Any suggestions on making this piece of OCaml numerical code more efficient?

I don’t have much time to investigate today but the things that seemed like it improved the running time (correctness unchecked !) :

  • making dist a local function that expect 6 floats (and dist2 too). I’m not sure putting [@inline] also gets read of the floating point boxing, but I’d be very happy to learn that this is the case
  • dont recompute x/y/z from scratch. Create three floaring point references, and initialize them at the begining of each loop to x_min, y_min, z_min and at the end of the loop just do x := !x +. dx (and like wise for y and z). That should be the same no (modulo floating point differences…). It removes a conversion and an fp multiplication for each loop so that helps I think.
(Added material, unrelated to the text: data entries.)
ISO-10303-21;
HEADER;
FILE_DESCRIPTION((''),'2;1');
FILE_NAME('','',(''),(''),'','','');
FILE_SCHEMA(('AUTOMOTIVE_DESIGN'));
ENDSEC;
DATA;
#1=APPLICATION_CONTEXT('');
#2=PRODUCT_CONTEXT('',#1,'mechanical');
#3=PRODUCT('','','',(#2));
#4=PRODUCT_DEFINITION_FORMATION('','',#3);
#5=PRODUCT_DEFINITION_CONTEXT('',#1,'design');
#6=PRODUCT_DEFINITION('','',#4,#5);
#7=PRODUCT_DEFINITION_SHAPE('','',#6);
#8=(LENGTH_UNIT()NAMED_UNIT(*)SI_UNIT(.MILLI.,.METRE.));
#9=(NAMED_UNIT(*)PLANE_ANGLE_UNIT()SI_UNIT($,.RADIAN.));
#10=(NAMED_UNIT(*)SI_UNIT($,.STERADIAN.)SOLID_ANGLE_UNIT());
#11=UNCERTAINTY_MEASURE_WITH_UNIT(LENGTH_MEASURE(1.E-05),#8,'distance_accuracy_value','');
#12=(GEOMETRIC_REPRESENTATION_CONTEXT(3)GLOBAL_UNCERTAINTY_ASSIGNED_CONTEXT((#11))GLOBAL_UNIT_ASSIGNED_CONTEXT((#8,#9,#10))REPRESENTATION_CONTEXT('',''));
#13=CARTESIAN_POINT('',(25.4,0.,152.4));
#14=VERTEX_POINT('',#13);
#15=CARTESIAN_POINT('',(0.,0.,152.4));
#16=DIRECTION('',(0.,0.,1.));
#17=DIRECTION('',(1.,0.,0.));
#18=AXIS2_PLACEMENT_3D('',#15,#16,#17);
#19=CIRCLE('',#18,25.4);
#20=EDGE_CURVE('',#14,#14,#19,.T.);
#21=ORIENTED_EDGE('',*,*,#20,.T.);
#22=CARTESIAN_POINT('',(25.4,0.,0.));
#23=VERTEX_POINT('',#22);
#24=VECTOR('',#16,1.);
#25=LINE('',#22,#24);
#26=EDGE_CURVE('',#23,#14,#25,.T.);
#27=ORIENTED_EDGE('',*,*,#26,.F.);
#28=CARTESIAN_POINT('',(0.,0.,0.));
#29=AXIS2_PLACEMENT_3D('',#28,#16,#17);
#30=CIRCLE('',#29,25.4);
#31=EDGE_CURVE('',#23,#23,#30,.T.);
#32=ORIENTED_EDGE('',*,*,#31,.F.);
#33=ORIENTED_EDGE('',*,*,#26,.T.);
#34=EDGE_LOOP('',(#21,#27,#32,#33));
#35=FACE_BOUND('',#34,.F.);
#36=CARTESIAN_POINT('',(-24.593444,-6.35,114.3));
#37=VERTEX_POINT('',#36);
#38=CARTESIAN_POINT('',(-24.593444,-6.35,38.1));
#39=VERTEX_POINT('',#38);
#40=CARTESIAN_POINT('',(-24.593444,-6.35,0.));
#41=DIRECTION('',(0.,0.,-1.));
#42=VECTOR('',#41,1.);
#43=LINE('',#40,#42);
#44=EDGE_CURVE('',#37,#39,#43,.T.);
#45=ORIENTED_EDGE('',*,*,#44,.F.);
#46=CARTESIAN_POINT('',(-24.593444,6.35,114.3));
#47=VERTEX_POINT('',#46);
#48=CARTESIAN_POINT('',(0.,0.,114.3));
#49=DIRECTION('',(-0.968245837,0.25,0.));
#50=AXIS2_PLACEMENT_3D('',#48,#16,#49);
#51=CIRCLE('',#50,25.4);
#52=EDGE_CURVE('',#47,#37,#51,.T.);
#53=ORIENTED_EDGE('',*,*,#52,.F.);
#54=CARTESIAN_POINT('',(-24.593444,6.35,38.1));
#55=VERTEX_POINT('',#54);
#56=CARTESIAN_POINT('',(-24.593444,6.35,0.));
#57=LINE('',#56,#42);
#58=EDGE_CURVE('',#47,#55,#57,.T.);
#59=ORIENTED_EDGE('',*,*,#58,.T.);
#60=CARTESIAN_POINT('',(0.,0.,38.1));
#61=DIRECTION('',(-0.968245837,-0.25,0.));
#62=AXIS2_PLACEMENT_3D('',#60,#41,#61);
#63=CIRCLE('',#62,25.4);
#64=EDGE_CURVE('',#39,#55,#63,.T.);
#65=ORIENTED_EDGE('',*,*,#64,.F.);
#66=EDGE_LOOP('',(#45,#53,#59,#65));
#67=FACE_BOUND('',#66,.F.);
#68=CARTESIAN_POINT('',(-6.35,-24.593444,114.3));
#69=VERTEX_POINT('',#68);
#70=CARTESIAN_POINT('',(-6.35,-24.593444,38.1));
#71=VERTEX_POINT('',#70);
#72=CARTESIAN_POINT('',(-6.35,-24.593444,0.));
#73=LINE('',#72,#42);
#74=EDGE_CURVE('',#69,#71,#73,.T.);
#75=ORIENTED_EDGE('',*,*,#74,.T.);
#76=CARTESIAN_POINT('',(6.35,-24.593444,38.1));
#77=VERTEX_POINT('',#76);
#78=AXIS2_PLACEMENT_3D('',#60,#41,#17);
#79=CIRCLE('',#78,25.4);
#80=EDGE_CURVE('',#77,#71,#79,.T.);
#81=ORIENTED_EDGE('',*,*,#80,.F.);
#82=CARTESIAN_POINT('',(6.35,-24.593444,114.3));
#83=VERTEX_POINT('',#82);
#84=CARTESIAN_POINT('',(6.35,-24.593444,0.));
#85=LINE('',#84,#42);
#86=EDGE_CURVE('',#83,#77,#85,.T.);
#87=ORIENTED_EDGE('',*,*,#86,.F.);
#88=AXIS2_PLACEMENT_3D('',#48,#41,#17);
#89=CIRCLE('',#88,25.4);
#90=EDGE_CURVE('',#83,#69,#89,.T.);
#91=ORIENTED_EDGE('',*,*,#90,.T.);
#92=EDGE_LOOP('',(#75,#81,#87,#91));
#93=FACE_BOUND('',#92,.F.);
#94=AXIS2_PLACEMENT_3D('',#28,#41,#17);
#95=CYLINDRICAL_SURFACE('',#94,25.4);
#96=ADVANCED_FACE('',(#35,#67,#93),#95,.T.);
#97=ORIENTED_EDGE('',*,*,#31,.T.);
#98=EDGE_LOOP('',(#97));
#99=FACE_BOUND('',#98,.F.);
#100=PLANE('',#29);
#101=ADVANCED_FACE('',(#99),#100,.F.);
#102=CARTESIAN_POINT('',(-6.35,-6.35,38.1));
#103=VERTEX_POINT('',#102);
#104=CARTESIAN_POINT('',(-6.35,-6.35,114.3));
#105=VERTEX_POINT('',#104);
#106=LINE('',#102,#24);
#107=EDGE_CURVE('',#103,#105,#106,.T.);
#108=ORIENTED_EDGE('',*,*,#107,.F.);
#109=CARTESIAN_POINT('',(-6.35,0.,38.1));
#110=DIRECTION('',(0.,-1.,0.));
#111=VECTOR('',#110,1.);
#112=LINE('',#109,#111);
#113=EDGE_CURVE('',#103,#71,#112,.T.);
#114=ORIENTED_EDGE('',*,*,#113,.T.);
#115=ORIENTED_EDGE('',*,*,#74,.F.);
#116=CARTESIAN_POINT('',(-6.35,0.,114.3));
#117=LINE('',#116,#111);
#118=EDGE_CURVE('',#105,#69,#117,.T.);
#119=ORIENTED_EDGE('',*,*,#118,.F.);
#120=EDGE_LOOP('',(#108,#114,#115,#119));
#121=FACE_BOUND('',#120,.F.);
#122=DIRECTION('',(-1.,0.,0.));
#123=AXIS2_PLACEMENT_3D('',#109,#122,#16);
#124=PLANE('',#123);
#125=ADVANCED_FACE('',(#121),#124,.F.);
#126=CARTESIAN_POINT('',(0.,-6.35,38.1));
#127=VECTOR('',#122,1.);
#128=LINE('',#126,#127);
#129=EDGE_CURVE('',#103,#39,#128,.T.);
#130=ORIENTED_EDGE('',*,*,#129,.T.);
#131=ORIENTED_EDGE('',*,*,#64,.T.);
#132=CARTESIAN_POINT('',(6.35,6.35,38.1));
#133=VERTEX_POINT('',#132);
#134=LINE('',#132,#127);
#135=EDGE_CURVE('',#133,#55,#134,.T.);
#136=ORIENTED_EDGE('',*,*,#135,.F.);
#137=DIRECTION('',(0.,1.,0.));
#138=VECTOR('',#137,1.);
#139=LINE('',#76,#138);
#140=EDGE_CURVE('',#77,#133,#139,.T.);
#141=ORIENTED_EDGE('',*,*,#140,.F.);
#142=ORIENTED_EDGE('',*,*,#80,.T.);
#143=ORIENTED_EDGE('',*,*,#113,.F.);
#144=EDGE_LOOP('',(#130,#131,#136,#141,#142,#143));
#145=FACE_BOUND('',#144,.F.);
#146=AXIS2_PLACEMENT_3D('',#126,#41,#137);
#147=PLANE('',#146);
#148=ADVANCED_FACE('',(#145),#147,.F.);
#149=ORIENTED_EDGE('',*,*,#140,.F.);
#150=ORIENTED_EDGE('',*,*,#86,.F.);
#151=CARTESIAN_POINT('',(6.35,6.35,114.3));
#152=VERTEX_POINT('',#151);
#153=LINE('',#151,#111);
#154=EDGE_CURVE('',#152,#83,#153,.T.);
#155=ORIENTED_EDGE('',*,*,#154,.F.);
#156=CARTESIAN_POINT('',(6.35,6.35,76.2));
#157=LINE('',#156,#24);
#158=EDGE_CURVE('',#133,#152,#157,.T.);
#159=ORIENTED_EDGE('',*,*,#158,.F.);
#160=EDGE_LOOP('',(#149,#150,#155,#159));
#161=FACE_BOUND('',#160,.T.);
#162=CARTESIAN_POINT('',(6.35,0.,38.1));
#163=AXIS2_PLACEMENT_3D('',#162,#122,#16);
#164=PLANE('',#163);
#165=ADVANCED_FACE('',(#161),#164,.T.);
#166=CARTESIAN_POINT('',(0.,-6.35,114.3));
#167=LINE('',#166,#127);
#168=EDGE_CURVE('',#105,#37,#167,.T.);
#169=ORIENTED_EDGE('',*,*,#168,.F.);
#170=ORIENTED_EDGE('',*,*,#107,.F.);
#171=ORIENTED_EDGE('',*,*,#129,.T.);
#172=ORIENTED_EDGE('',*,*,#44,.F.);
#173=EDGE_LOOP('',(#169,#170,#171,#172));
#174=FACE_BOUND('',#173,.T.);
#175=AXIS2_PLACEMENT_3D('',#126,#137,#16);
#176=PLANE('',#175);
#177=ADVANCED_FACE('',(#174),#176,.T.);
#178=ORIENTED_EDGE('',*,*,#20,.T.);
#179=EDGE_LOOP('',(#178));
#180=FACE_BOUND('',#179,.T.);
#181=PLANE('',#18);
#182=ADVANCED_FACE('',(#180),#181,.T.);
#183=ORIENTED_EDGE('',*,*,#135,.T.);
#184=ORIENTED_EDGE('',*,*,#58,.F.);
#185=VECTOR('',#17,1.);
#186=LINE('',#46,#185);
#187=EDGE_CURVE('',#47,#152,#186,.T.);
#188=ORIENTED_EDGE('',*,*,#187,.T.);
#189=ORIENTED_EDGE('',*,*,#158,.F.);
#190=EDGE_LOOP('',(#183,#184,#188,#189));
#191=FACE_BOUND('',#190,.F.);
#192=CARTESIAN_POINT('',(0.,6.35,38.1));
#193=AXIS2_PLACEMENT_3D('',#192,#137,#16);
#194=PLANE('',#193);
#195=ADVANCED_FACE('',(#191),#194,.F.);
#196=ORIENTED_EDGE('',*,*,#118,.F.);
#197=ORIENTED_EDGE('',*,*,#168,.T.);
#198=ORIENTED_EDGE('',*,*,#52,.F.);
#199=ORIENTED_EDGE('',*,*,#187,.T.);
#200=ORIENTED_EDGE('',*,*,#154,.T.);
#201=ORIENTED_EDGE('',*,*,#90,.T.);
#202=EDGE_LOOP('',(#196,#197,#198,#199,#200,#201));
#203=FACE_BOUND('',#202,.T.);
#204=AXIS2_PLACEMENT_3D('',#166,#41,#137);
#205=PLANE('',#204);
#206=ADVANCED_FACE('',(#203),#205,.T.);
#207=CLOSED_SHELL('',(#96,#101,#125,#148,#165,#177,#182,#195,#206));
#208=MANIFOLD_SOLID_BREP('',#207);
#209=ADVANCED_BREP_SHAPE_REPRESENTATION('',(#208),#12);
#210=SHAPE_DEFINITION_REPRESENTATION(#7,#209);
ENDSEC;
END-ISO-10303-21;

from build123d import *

# Parameters (mm, degrees)
F0_R      = 25.4
F1_DEPTH  = 152.4
F2_W      = 12.7
F2_H      = 76.2
F3_DEPTH  = 25.4
F4_W      = 12.7
F4_H      = 76.2
F5_DEPTH  = 38.1
F5_FACE_W = 6.35
F5_FACE_H = 76.2
F6_DEPTH  = 6.35


with BuildPart() as f1:
    # F0 (on Top) → F1 (new body)
    with BuildSketch(Plane.XY):
        Circle(F0_R)
    extrude(amount=F1_DEPTH)

    # F2 (on Right) → F3 (cut)
    with BuildSketch(Plane.YZ):
        with Locations((0, 76.2)):
            Rectangle(F2_W, F2_H)
    extrude(amount=-F3_DEPTH, mode=Mode.SUBTRACT)

    # F4 (on Front) → F5 (cut)
    with BuildSketch(Plane.XZ):
        with Locations((0, 76.2)):
            Rectangle(F4_W, F4_H)
    extrude(amount=F5_DEPTH, mode=Mode.SUBTRACT)

    # F5_face (on face) → F6 (cut)
    with BuildSketch(Plane(origin=(3.175, 0, 76.2), x_dir=(1, 0, 0), z_dir=(0, -1, 0))):
        Rectangle(F5_FACE_W, F5_FACE_H)
    extrude(amount=-F6_DEPTH, mode=Mode.SUBTRACT)


solid = f1.part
Declare the references outside the three loops, floating point references are not allocated if they are local (in native code).
  let vdW_grid g prot_atoms l_a =
    let x_min, y_min, z_min = V3.to_triplet g.low in
    let dx = g.step in
    let x = ref x_min in
    let y = ref 0.0 in
    let z = ref 0.0 in
    let n = A.length prot_atoms in
    for i = 0 to g.nx - 1 do
      y := y_min;
      for j = 0 to g.ny - 1 do
        z := z_min;
        for k = 0 to g.nz - 1 do
          for m = 0 to n - 1 do (* over all protein atoms *)
            let p_p, p_a = A.unsafe_get prot_atoms m in
            let r_ij = non_zero_dist (dist !x !y !z p_p.Vector3.x p_p.Vector3.y p_p.Vector3.z) in
            let vdw = UFF.vdW_xiDi l_a p_a in
            let p6 = pow6 (vdw.x_ij /. r_ij) in
            BA3.unsafe_set g.grid i j k
              (BA3.unsafe_get g.grid i j k +.
               (vdw.d_ij *. ((-2.0 *. p6) +. (p6 *. p6))))
          done;
          z := !z +. dx;
        done;
        y := !y +. dx;
      done;
      x := !x +. dx;
    done;
    g 

I have a branch (here) with individual commits that should show interesting things to do.
The first commit just uses perf stat instead of time, as it gives much more reliable numbers. The next commits all reduce the number of executed instructions on my computer, but not all reduce the overall time (number of cycles in the perf output). I encourage you to run the test script yourself on individual commits to see how it impacts performance. For instance, I observed that one commit that removes duplicate instructions doesn’t actually decrease the number of cycles, even though strictly less instructions were run.

1 Like

Very interesting, thanks a lot! :grinning:
I will look into your branch.

Nice catch for this one!
It shaves about 8s from the previous 49s calculation.
The fastest version of the program incorporates it.

1 Like

Thanks to all those who participated, the current version is about two times faster
than the initial one!

2 Likes

another idea: if you don’t use interfacing with C too often, you could use regular Arrays instead of Bigarrays, they are usually faster

Hi,

I have the impression that you are using a Bigarray to store the data, and it would be faster to get and set the data in a native OCaml data structure. Maybe you should increment the data in a temporary variable that you initialize before the loop over m, and write only once in the Bigarray after the loop over m:

        for k = 0 to g.nz - 1 do
          let z = z_min +. (float k) *. dx in
          let l_p = V3.make x y z in (* ligand atom position *)
          let tmp = ref (BA3.unsafe_get g.grid i j k) in  (* <- HERE *)
          for m = 0 to n - 1 do (* over all protein atoms *)
            let p_p, p_a = A.unsafe_get prot_atoms m in
            let r_ij = Math.non_zero_dist (V3.dist l_p p_p) in
            let vdw = UFF.vdW_xiDi l_a p_a in
            let p6 = FF.pow6 (vdw.x_ij /. r_ij) in
            tmp := !tmp +. p6 *. vdw.d_ij *. (p6 -. 2.0))   (* <- HERE *)
          done;
          BA3.unsafe_set g.grid i j k !tmp   (* <- HERE *)
        done

Also, in my experience, fetching a value from a 2D array is more costly from a Bigarray than from an OCaml array. Maybe you should follow the idea of @geoffder consider copying vdw once before the loop in a temporary OCaml array to have a quicker read access.

Finally, you should check from the layout of your Bigarray that elements (i,j,k) and (i,j,k+1) are contiguous in memory. If you use Fortran layout, it will not be the case and you will have very bad memory access patterns which will be very costly. In that case, change into C layout or change the order in which the loops are nested to iterate over contiguous elements.

I use a bigarray because:

  • I might have to interface with C or another language
  • I want 32bits floats so that the array takes less memory

I use the C layout for the bigarray.
Array indexes starting at 1 (Fortran layout) bothers me a lot.